Hello - Sounds like you might have a soft battery or two. You can measure the voltage across each battery and see if one or more is drooping under load. Ideally they should not dip more that 2 volts. (I have run some into the ground.) See if you have a battery that drops voltage much quicker than the rest. That is the weak link that will bring down the pack. Beware. He can be a bad influence. You don't want to see what happens when batteries go bad. - crw


----------



## GerhardRP (Nov 17, 2009)

GerhardRP said:


> Hi Dan,
> I got your data dump.
> My first guess is that the Peukert effect is robbing your amp-hes.
> Do you have specs on the batteries re: amp-hrs [or model number or physical size.]
> Gerhard


Found this EVDL post with the battery info.
http://www.diyelectriccar.com/forums/showthread.php/evdl-official-energizer-battery-specs-11150.html
Using the numbers here, the Peukert exponent works out to 1.28.
With the current shown in your data dump to calculate capacity used accounting for the Peukert effect, you should be at 82% capacity after your 5 mile drive.

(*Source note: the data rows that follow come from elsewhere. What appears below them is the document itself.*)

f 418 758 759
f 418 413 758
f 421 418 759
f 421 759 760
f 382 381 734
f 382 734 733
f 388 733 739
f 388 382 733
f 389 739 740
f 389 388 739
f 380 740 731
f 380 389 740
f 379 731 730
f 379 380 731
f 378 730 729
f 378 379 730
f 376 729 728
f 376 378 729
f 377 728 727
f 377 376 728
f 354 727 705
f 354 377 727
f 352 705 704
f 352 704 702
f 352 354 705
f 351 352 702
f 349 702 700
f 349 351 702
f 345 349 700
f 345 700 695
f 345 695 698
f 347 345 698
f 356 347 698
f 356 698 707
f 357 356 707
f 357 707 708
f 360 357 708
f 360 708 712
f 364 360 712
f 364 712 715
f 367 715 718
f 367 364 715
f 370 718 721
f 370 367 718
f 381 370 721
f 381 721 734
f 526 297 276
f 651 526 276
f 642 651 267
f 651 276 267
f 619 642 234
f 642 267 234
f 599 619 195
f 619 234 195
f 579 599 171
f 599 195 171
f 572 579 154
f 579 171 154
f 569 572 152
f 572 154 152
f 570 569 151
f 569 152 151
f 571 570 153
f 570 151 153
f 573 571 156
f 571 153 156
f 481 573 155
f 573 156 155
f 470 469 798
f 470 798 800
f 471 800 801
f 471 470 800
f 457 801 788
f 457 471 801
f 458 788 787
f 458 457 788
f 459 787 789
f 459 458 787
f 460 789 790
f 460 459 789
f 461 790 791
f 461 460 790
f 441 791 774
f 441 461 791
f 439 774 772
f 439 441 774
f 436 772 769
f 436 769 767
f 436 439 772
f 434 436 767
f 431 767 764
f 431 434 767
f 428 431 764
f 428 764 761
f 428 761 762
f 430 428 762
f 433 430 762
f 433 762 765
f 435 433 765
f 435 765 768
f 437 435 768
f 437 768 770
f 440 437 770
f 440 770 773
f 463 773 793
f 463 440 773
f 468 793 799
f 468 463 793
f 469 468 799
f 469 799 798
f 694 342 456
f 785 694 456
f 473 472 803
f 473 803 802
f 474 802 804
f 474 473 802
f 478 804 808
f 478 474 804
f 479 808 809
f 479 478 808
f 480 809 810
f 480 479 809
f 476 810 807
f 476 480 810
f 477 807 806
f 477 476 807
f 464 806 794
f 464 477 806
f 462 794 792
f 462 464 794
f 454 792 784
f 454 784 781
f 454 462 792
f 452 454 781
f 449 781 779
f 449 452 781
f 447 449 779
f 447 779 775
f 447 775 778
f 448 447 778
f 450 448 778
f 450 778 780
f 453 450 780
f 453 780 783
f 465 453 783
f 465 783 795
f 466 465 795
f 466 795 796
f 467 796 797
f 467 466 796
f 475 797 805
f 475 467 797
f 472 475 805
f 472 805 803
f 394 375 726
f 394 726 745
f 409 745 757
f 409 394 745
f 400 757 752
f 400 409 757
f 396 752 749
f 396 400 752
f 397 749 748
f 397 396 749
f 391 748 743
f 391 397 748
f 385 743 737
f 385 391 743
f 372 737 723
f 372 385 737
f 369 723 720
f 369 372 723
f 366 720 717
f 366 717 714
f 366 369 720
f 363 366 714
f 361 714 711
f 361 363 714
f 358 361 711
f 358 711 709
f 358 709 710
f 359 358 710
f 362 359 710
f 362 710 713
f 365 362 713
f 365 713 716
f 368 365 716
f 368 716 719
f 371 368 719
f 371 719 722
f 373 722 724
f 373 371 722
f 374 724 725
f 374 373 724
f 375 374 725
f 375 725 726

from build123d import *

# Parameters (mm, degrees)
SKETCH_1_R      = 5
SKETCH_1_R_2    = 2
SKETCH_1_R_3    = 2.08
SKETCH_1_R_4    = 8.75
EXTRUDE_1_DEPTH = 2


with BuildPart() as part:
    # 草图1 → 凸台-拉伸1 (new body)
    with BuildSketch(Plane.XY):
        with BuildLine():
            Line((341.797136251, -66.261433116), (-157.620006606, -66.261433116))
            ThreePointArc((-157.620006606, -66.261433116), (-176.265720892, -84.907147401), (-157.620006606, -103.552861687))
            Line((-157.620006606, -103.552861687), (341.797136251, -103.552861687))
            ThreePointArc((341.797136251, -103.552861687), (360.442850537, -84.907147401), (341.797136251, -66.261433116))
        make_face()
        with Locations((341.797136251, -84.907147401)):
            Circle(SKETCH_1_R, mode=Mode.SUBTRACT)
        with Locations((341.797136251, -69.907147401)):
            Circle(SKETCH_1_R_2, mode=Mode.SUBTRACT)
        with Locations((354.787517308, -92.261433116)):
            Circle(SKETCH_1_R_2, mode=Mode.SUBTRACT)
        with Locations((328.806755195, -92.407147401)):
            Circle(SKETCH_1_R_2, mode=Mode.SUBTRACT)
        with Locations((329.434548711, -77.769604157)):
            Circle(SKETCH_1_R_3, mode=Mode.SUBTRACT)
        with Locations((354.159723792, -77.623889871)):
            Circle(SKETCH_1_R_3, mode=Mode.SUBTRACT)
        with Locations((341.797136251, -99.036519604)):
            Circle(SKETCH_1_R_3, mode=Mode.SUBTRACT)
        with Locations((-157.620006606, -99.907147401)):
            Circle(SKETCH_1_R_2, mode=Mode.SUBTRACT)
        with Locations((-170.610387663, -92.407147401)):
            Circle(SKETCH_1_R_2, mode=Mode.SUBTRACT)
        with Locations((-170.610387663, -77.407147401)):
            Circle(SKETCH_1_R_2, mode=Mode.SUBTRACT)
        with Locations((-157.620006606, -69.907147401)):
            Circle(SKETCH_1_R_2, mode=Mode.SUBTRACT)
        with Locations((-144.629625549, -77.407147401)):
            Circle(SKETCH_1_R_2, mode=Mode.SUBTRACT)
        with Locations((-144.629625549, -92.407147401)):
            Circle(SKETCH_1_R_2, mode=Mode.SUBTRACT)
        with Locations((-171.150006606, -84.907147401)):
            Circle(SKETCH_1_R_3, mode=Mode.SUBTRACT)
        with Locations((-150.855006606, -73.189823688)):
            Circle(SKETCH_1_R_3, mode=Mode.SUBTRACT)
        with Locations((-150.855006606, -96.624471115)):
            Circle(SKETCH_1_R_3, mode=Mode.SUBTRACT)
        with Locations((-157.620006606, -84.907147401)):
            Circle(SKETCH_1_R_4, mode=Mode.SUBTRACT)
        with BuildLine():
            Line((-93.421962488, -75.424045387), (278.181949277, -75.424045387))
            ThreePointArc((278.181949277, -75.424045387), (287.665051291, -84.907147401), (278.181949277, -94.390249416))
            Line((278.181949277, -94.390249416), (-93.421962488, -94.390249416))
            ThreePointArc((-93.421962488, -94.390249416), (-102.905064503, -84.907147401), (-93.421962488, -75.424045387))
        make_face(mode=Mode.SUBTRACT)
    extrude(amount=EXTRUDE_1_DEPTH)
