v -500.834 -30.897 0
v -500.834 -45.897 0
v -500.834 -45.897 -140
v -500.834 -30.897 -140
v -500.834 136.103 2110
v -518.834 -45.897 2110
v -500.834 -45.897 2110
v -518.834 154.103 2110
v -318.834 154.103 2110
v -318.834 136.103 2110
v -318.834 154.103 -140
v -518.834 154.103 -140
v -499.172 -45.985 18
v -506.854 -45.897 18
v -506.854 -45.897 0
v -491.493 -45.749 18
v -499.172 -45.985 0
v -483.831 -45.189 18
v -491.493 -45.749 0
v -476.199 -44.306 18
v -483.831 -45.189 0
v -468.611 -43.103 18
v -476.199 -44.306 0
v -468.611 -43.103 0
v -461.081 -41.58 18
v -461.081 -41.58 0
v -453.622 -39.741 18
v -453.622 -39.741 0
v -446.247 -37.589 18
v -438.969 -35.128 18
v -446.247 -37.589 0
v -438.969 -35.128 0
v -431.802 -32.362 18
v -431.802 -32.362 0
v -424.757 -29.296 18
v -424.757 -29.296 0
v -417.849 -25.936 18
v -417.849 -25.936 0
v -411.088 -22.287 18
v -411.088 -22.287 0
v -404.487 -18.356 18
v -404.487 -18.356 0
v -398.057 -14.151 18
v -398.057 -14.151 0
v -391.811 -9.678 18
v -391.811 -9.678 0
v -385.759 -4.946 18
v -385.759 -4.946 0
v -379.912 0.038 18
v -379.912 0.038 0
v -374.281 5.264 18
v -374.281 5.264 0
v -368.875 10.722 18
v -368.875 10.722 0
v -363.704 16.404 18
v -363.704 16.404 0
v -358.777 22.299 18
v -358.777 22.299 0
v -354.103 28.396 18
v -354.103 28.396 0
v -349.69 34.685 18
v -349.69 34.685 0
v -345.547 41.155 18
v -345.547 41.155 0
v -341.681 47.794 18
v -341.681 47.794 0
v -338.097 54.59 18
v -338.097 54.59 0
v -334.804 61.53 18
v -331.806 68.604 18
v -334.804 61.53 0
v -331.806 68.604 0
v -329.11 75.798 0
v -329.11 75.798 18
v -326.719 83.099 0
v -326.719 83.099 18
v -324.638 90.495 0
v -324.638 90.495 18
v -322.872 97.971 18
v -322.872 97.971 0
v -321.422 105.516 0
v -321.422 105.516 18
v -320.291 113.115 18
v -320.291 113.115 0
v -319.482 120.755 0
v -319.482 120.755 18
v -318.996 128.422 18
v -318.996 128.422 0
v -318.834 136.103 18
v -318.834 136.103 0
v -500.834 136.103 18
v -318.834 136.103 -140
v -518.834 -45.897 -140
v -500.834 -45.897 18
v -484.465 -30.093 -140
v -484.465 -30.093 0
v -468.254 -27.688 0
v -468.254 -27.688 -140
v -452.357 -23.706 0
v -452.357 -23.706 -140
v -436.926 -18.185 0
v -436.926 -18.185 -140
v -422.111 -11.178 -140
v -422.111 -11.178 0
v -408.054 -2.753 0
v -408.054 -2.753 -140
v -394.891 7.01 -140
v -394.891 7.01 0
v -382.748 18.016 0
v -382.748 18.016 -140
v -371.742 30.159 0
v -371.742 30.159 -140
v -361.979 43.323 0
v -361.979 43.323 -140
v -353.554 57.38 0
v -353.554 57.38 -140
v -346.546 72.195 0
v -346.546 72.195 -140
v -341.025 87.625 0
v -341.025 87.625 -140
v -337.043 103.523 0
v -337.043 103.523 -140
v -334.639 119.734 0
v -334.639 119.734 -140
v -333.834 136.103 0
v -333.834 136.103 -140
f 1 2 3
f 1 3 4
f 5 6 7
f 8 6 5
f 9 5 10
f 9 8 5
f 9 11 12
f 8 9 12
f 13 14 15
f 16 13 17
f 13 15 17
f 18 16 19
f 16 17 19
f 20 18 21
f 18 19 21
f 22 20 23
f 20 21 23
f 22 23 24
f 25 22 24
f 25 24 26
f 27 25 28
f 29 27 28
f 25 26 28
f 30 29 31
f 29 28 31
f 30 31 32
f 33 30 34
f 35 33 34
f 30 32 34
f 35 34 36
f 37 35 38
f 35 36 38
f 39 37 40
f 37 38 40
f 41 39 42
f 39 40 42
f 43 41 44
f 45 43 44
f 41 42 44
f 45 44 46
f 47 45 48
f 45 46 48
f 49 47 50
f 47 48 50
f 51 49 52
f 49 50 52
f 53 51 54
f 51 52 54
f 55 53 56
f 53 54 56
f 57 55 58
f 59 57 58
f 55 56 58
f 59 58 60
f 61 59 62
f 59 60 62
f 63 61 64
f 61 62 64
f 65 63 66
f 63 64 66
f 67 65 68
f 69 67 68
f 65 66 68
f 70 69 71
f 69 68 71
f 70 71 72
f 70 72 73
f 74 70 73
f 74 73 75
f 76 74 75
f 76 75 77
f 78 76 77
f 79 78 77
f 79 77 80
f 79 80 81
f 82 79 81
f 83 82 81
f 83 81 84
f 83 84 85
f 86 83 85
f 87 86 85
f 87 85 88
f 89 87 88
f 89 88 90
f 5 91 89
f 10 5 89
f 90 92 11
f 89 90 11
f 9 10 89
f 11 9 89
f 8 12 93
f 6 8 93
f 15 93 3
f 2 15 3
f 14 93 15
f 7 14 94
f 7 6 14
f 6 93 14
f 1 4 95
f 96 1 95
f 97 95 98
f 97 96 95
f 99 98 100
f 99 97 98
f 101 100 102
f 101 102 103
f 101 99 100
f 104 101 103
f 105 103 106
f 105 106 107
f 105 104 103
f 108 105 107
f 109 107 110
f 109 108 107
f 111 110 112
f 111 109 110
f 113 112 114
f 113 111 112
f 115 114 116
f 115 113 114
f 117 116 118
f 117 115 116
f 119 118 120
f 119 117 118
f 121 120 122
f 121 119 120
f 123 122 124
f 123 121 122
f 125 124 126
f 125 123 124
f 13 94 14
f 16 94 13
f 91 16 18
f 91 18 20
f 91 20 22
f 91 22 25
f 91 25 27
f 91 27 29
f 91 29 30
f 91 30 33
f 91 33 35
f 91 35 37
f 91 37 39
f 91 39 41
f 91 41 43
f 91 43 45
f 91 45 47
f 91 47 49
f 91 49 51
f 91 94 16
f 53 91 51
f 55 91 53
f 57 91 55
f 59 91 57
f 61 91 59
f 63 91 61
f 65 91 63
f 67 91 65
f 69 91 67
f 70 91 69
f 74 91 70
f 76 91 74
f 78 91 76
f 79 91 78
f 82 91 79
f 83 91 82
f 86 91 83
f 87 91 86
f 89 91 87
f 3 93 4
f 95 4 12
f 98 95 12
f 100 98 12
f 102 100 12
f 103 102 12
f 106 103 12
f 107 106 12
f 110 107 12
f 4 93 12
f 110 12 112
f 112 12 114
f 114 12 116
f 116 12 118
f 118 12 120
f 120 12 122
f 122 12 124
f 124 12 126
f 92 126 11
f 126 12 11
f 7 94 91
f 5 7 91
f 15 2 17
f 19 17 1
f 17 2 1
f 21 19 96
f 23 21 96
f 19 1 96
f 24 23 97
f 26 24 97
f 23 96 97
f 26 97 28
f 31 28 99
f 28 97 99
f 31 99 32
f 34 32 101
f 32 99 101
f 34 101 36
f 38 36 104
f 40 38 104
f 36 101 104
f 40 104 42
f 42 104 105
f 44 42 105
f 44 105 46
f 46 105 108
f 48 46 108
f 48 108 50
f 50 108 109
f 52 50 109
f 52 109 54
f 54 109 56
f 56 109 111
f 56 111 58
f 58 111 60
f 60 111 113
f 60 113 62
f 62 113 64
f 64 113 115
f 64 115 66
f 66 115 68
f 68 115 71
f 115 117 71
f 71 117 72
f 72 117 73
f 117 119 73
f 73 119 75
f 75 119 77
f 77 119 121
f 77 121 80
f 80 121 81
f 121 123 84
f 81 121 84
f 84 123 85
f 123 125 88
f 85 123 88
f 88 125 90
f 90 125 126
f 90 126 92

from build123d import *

# Parameters (mm, degrees)
F1_DEPTH = 2110
F3_DEPTH = 18
F5_DEPTH = 140


with BuildPart() as f1:
    # F0 (on Top) → F1 (new body)
    with BuildSketch(Plane.XY):
        Polygon((-318.834358, 154.102758), (-518.834358, 154.102758), (-518.834358, -45.897242), (-500.834358, -45.897242), (-500.834358, 136.102758), (-336.834358, 136.102758), (-318.834358, 136.102758), align=None)
    extrude(amount=F1_DEPTH)

    # F2 (on Top) → F3 (join)
    with BuildSketch(Plane.XY):
        with BuildLine():
            Line((-318.834358, 154.102758), (-518.834358, 154.102758))
            Line((-518.834358, 154.102758), (-518.834358, -45.897242))
            Line((-518.834358, -45.897242), (-506.854117, -45.897242))
            ThreePointArc((-506.854117, -45.897242), (-374.280698, 5.263707), (-318.834358, 136.102758))
            Line((-318.834358, 136.102758), (-318.834358, 154.102758))
        make_face()
    extrude(amount=F3_DEPTH)

    # F4 (on Top) → F5 (join)
    with BuildSketch(Plane.XY):
        with BuildLine():
            Line((-318.834358, 154.102758), (-518.834358, 154.102758))
            Line((-518.834358, 154.102758), (-518.834358, -45.897242))
            Line((-518.834358, -45.897242), (-500.834358, -45.897242))
            Line((-500.834358, -45.897242), (-500.834358, -30.897242))
            ThreePointArc((-500.834358, -30.897242), (-382.747526, 18.015926), (-333.834358, 136.102758))
            Line((-333.834358, 136.102758), (-318.834358, 136.102758))
            Line((-318.834358, 136.102758), (-318.834358, 154.102758))
        make_face()
    extrude(amount=-F5_DEPTH)


solid = f1.part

The battery voltage agrees with that. [looks like a 100 degree day.]
If you drive to 50% DOD, your range should be 14.5 miles.
If you push to 70%, range could be 20 miles.
Gerhard


----------



## exchaoordo (Aug 4, 2010)

Thanks to everyone for the replies and especially Gerhard for running the numbers for me. I need to find time to do all the math and learn about Peukert. So it sounds like my best boost in range will come from improving the batteries. I guess I'll wait till these die. thanks to for the battery info, I had the same frustrations trying to find specs. 
-dan


GerhardRP said:


> Found this EVDL post with the battery info.
> http://www.diyelectriccar.com/forums/showthread.php/evdl-official-energizer-battery-specs-11150.html
> Using the numbers here, the Peukert exponent works out to 1.28.
> With the current shown in your data dump to calculate capacity used accounting for the Peukert effect, you should be at 82% capacity after your 5 mile drive. The battery voltage agrees with that. [looks like a 100 degree day.]
> ...


----------



## bagghist (Oct 8, 2010)

CRW said:


> Hello - Sounds like you might have a soft battery or two. You can measure the voltage across each battery and see if one or more is drooping under load. Ideally they should not dip more that 2 volts. (I have run some into the ground.) See if you have a battery that drops voltage much quicker than the rest. That is the weak link that will bring down the pack. Beware. He can be a bad influence. You don't want to see what happens when batteries go bad. - crw


CRW, I have a similar issue with my 72-V (6x12v) system. Can you clarify -- when you say 2 volt dip under load, do you mean compared to pre-load baseline or compared to the other batteries?


----------



## jockepocke (Nov 24, 2009)

bagghist said:


> CRW, I have a similar issue with my 72-V (6x12v) system. Can you clarify -- when you say 2 volt dip under load, do you mean compared to pre-load baseline or compared to the other batteries?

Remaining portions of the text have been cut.